Prepare model inputs for translation. For best performance, translate one sentence at a time.

Parameters
  • src_texts (List[str]) – List of documents to summarize or source language texts.

  • tgt_texts (list, optional) – List of summaries or target language texts.

  • max_length (int, optional) – Controls the maximum length for encoder inputs (documents to summarize or source language texts) If left unset or set to None, this will use the predefined model maximum length if a maximum length is required by one of the truncation/padding parameters.

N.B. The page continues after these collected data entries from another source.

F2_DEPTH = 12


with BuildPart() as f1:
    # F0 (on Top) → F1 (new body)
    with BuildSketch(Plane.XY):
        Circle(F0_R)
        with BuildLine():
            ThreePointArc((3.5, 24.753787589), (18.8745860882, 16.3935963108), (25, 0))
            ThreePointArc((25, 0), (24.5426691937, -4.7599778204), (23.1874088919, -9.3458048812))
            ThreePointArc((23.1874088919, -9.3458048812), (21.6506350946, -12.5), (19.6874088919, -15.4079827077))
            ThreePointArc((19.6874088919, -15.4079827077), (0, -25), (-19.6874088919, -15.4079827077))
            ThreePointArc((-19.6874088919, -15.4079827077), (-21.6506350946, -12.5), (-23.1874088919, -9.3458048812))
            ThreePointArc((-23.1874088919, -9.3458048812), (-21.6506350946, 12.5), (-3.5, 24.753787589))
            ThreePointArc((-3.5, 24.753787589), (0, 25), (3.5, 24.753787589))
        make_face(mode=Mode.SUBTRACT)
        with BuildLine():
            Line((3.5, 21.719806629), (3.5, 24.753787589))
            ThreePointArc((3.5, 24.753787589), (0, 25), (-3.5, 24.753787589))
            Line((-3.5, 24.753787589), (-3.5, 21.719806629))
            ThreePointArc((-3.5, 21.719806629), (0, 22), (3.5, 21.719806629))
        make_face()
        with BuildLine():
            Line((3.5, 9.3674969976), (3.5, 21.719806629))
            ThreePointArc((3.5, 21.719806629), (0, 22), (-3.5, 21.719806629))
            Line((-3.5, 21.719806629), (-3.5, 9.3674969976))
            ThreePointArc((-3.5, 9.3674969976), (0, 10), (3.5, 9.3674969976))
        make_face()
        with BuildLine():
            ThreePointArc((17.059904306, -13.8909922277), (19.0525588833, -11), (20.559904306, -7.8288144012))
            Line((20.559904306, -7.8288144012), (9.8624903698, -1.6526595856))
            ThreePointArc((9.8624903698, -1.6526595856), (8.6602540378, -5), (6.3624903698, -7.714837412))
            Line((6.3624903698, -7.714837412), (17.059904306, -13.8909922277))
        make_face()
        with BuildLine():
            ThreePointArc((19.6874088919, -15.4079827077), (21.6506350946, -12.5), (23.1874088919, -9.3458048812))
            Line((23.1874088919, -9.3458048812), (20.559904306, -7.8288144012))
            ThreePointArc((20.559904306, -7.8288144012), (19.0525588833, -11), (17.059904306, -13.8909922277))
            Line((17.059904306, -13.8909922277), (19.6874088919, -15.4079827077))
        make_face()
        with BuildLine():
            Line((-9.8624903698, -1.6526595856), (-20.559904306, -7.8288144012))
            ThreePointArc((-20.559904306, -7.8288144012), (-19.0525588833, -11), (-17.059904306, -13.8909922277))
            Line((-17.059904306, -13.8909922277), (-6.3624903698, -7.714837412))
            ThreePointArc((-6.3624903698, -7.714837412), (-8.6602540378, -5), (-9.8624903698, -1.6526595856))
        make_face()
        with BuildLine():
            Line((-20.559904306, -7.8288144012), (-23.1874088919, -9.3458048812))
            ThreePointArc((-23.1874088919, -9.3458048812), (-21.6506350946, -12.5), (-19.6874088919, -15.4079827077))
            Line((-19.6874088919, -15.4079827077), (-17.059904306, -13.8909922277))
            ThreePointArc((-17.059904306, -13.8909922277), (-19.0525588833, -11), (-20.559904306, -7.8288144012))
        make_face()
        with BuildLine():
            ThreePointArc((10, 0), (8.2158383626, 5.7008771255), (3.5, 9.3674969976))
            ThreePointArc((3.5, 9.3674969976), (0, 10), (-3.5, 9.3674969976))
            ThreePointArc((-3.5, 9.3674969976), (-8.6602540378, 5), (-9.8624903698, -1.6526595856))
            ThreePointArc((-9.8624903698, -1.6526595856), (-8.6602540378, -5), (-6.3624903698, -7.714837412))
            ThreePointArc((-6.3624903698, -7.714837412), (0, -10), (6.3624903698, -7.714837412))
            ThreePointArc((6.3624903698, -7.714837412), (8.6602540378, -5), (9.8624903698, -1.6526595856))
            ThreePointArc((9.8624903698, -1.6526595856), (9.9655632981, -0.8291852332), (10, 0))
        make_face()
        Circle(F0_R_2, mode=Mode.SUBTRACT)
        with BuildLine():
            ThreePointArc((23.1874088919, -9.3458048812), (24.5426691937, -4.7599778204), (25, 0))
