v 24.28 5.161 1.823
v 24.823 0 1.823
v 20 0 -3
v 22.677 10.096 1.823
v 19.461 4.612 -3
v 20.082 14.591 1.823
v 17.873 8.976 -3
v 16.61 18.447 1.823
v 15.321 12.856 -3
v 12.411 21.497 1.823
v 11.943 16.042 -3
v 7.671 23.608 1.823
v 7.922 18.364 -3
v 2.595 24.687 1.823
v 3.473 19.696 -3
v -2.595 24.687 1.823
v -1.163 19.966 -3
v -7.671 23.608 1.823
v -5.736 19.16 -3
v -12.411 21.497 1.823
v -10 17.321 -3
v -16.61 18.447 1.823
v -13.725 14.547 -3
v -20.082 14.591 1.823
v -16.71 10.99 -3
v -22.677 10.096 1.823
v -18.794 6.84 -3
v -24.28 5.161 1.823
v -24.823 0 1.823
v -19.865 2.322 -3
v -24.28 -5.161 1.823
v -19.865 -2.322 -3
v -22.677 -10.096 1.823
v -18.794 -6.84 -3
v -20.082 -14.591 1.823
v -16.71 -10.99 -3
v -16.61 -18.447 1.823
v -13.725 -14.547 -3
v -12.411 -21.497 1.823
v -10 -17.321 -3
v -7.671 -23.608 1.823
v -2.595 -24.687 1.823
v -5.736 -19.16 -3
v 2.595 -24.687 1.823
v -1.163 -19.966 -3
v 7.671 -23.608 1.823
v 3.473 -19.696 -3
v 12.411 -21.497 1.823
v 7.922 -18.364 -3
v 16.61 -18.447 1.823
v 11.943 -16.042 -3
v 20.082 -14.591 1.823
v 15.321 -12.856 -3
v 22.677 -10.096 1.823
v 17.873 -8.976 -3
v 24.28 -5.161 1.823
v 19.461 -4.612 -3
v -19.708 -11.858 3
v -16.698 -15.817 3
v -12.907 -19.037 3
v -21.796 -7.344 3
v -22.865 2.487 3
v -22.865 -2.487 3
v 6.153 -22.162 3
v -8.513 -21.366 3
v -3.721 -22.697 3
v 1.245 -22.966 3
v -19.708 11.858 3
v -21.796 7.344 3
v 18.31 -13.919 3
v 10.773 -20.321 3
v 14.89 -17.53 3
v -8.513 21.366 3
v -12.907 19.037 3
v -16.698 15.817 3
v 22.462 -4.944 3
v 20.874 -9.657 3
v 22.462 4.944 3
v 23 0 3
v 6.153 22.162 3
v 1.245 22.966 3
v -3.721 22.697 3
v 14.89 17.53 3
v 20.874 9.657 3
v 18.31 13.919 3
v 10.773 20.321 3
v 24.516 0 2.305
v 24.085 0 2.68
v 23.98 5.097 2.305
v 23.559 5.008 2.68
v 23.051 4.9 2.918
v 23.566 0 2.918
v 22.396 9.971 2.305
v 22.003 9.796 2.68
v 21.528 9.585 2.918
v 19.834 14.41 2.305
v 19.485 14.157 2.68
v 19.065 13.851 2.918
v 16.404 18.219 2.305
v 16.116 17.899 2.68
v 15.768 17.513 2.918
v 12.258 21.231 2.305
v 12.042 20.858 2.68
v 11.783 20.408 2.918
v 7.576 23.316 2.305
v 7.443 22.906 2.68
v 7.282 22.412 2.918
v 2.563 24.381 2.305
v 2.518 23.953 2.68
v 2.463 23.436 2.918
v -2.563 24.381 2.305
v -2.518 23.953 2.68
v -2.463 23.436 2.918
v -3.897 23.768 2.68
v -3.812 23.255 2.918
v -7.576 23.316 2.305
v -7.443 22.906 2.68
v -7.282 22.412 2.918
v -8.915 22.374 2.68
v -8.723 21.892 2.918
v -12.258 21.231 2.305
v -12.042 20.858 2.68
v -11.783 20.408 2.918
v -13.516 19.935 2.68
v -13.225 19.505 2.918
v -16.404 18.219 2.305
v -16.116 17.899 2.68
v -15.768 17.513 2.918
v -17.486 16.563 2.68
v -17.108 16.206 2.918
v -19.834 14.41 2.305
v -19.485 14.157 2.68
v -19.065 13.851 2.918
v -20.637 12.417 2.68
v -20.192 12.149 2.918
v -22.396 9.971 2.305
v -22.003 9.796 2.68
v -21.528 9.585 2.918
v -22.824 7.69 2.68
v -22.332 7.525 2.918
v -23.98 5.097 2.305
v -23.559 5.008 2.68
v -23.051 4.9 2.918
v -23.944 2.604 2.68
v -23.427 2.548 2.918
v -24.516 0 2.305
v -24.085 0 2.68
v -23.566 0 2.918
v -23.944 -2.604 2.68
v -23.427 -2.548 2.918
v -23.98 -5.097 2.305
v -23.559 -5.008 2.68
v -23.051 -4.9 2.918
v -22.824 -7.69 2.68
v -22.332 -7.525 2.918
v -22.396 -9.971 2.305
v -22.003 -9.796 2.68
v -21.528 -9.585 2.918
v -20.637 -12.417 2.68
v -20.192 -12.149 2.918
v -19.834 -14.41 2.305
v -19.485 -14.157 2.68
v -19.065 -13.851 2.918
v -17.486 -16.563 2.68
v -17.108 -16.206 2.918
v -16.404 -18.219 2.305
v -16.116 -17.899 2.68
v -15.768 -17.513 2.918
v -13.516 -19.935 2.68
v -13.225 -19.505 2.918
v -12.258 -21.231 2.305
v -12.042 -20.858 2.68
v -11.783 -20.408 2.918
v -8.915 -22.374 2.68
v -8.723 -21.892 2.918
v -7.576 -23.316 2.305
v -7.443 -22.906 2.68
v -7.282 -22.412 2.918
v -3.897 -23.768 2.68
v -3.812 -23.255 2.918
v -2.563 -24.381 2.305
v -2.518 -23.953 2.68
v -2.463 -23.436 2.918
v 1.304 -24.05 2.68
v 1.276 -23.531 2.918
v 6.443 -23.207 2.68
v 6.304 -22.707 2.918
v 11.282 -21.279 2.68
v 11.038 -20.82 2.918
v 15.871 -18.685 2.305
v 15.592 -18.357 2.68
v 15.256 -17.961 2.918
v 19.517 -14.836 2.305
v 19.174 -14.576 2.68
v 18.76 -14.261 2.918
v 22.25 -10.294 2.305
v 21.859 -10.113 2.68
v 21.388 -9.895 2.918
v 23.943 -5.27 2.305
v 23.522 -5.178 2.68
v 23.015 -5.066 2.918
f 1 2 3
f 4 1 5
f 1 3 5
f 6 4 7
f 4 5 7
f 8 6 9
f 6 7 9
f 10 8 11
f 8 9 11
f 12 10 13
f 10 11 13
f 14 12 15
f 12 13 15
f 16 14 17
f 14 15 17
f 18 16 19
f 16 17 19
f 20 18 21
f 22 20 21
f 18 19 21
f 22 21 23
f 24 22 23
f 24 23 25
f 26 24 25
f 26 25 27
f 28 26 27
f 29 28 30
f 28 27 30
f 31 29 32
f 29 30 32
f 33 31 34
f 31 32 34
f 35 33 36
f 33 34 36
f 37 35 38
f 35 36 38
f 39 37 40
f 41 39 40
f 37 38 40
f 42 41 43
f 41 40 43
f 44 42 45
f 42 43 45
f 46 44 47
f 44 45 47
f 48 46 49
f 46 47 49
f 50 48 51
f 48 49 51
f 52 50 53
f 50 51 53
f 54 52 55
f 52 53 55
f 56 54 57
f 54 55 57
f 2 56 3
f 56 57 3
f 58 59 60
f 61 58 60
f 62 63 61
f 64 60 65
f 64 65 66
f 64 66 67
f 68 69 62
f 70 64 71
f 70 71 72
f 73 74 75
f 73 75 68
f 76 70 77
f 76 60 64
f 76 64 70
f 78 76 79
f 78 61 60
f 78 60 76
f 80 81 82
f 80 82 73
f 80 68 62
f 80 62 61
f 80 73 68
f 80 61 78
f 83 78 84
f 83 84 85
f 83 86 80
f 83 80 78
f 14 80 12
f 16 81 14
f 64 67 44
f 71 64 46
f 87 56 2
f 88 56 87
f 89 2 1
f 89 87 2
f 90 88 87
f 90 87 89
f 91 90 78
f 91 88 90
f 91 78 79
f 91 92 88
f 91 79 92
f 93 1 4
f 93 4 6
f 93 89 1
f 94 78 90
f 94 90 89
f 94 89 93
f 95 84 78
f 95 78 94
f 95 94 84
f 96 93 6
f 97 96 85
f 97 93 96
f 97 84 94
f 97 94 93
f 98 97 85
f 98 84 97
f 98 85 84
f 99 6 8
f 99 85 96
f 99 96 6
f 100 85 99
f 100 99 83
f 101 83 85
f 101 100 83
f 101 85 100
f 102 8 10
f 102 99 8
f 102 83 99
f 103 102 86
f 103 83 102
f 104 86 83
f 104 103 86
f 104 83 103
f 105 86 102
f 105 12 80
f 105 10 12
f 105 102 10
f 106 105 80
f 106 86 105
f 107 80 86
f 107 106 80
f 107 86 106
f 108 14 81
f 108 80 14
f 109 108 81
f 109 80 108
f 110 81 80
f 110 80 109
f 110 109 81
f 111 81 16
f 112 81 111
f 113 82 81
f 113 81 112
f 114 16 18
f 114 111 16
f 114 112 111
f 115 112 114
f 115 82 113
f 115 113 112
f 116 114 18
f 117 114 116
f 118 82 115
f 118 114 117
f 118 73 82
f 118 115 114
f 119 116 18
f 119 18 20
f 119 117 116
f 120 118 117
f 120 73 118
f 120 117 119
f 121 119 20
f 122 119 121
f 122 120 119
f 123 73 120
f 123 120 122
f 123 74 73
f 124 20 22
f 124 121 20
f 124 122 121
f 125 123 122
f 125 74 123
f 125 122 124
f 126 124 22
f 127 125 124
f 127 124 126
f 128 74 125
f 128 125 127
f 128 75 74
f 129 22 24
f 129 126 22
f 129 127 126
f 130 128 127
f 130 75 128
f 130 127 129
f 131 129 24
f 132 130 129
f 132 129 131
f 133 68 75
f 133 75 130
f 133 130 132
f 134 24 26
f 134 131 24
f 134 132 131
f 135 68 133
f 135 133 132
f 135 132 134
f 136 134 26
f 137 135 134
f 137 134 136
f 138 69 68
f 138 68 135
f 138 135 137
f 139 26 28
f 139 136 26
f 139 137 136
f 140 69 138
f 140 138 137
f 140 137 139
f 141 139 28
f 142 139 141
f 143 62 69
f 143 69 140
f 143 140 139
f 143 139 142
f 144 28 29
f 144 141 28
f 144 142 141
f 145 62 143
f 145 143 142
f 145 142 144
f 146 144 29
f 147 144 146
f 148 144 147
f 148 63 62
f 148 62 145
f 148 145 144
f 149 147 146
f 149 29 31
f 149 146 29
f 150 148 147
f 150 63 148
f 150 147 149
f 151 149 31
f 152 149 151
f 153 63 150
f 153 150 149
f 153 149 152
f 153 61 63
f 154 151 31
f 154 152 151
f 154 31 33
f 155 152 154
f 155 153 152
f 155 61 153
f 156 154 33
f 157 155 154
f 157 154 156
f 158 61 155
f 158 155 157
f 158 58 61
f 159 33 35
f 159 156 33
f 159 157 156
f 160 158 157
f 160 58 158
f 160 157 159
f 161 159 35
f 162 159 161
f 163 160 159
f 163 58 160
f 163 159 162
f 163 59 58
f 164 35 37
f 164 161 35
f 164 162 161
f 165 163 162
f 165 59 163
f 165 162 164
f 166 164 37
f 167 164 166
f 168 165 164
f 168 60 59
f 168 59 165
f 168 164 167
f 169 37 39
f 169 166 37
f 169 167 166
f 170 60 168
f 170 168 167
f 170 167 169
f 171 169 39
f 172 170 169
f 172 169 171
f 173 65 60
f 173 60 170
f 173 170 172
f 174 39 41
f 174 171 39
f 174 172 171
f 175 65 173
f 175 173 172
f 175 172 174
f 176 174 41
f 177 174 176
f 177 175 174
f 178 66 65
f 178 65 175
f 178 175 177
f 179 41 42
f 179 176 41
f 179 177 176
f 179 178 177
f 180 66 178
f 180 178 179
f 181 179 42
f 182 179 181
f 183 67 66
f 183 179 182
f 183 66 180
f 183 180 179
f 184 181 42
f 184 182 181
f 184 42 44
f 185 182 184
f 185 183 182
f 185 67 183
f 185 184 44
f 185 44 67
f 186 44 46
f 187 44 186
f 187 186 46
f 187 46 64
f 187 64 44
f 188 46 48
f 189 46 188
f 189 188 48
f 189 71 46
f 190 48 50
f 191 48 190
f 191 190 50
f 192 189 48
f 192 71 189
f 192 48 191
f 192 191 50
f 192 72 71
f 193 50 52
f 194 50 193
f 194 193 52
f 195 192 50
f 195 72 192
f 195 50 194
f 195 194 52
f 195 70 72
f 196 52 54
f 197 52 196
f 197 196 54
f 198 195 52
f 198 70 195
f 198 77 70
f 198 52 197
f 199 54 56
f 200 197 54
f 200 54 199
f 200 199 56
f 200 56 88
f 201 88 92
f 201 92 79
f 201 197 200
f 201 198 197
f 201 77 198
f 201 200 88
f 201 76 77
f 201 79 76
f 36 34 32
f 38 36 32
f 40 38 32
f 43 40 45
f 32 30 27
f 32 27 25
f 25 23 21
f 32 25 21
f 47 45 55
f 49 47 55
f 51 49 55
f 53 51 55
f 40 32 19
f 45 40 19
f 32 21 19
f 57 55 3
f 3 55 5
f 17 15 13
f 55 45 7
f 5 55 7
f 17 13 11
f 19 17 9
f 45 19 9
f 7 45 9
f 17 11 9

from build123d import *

# Parameters (mm, degrees)
F0_R     = 25
F1_DEPTH = 3
F2_R     = 2


# Not quite as in the source:
# - a fillet or chamfer that OpenCascade refuses, or shapes differently, is made with other operations: its cross-section is extruded or revolved along the edge and cut away or added


with BuildPart() as f1:
    # F0 (on Top) → F1 (new body, symmetric)
    with BuildSketch(Plane.XY):
        Circle(F0_R)
    extrude(amount=F1_DEPTH, both=True)

    # F2
    f2_edges = [f1.edges().sort_by_distance(p)[0] for p in [
        (-25, 0, 3),
    ]]
    fillet(f2_edges, radius=F2_R)

    # F3: chamfer of 5 on 1 edges, made by hand

    # F3_s1 → F3_t2 (revolve, cut)
    with BuildSketch(Plane.XZ):
        Polygon((25, 2), (20, -3), (25, -3), align=None)
    revolve(axis=Axis((0, 0, -3), (0, 0, 1)), mode=Mode.SUBTRACT)


solid = f1.part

If the model has no specific maximum input length (like XLNet) truncation/padding to a maximum length will be deactivated.

  • max_target_length (int, optional) – Controls the maximum length of decoder inputs (target language texts or summaries) If left unset or set to None, this will use the max_length value.

  • padding (bool, str or PaddingStrategy, optional, defaults to False) –

    Activates and controls padding. Accepts the following values:

    • True or 'longest': Pad to the longest sequence in the batch (or no padding if only a single sequence if provided).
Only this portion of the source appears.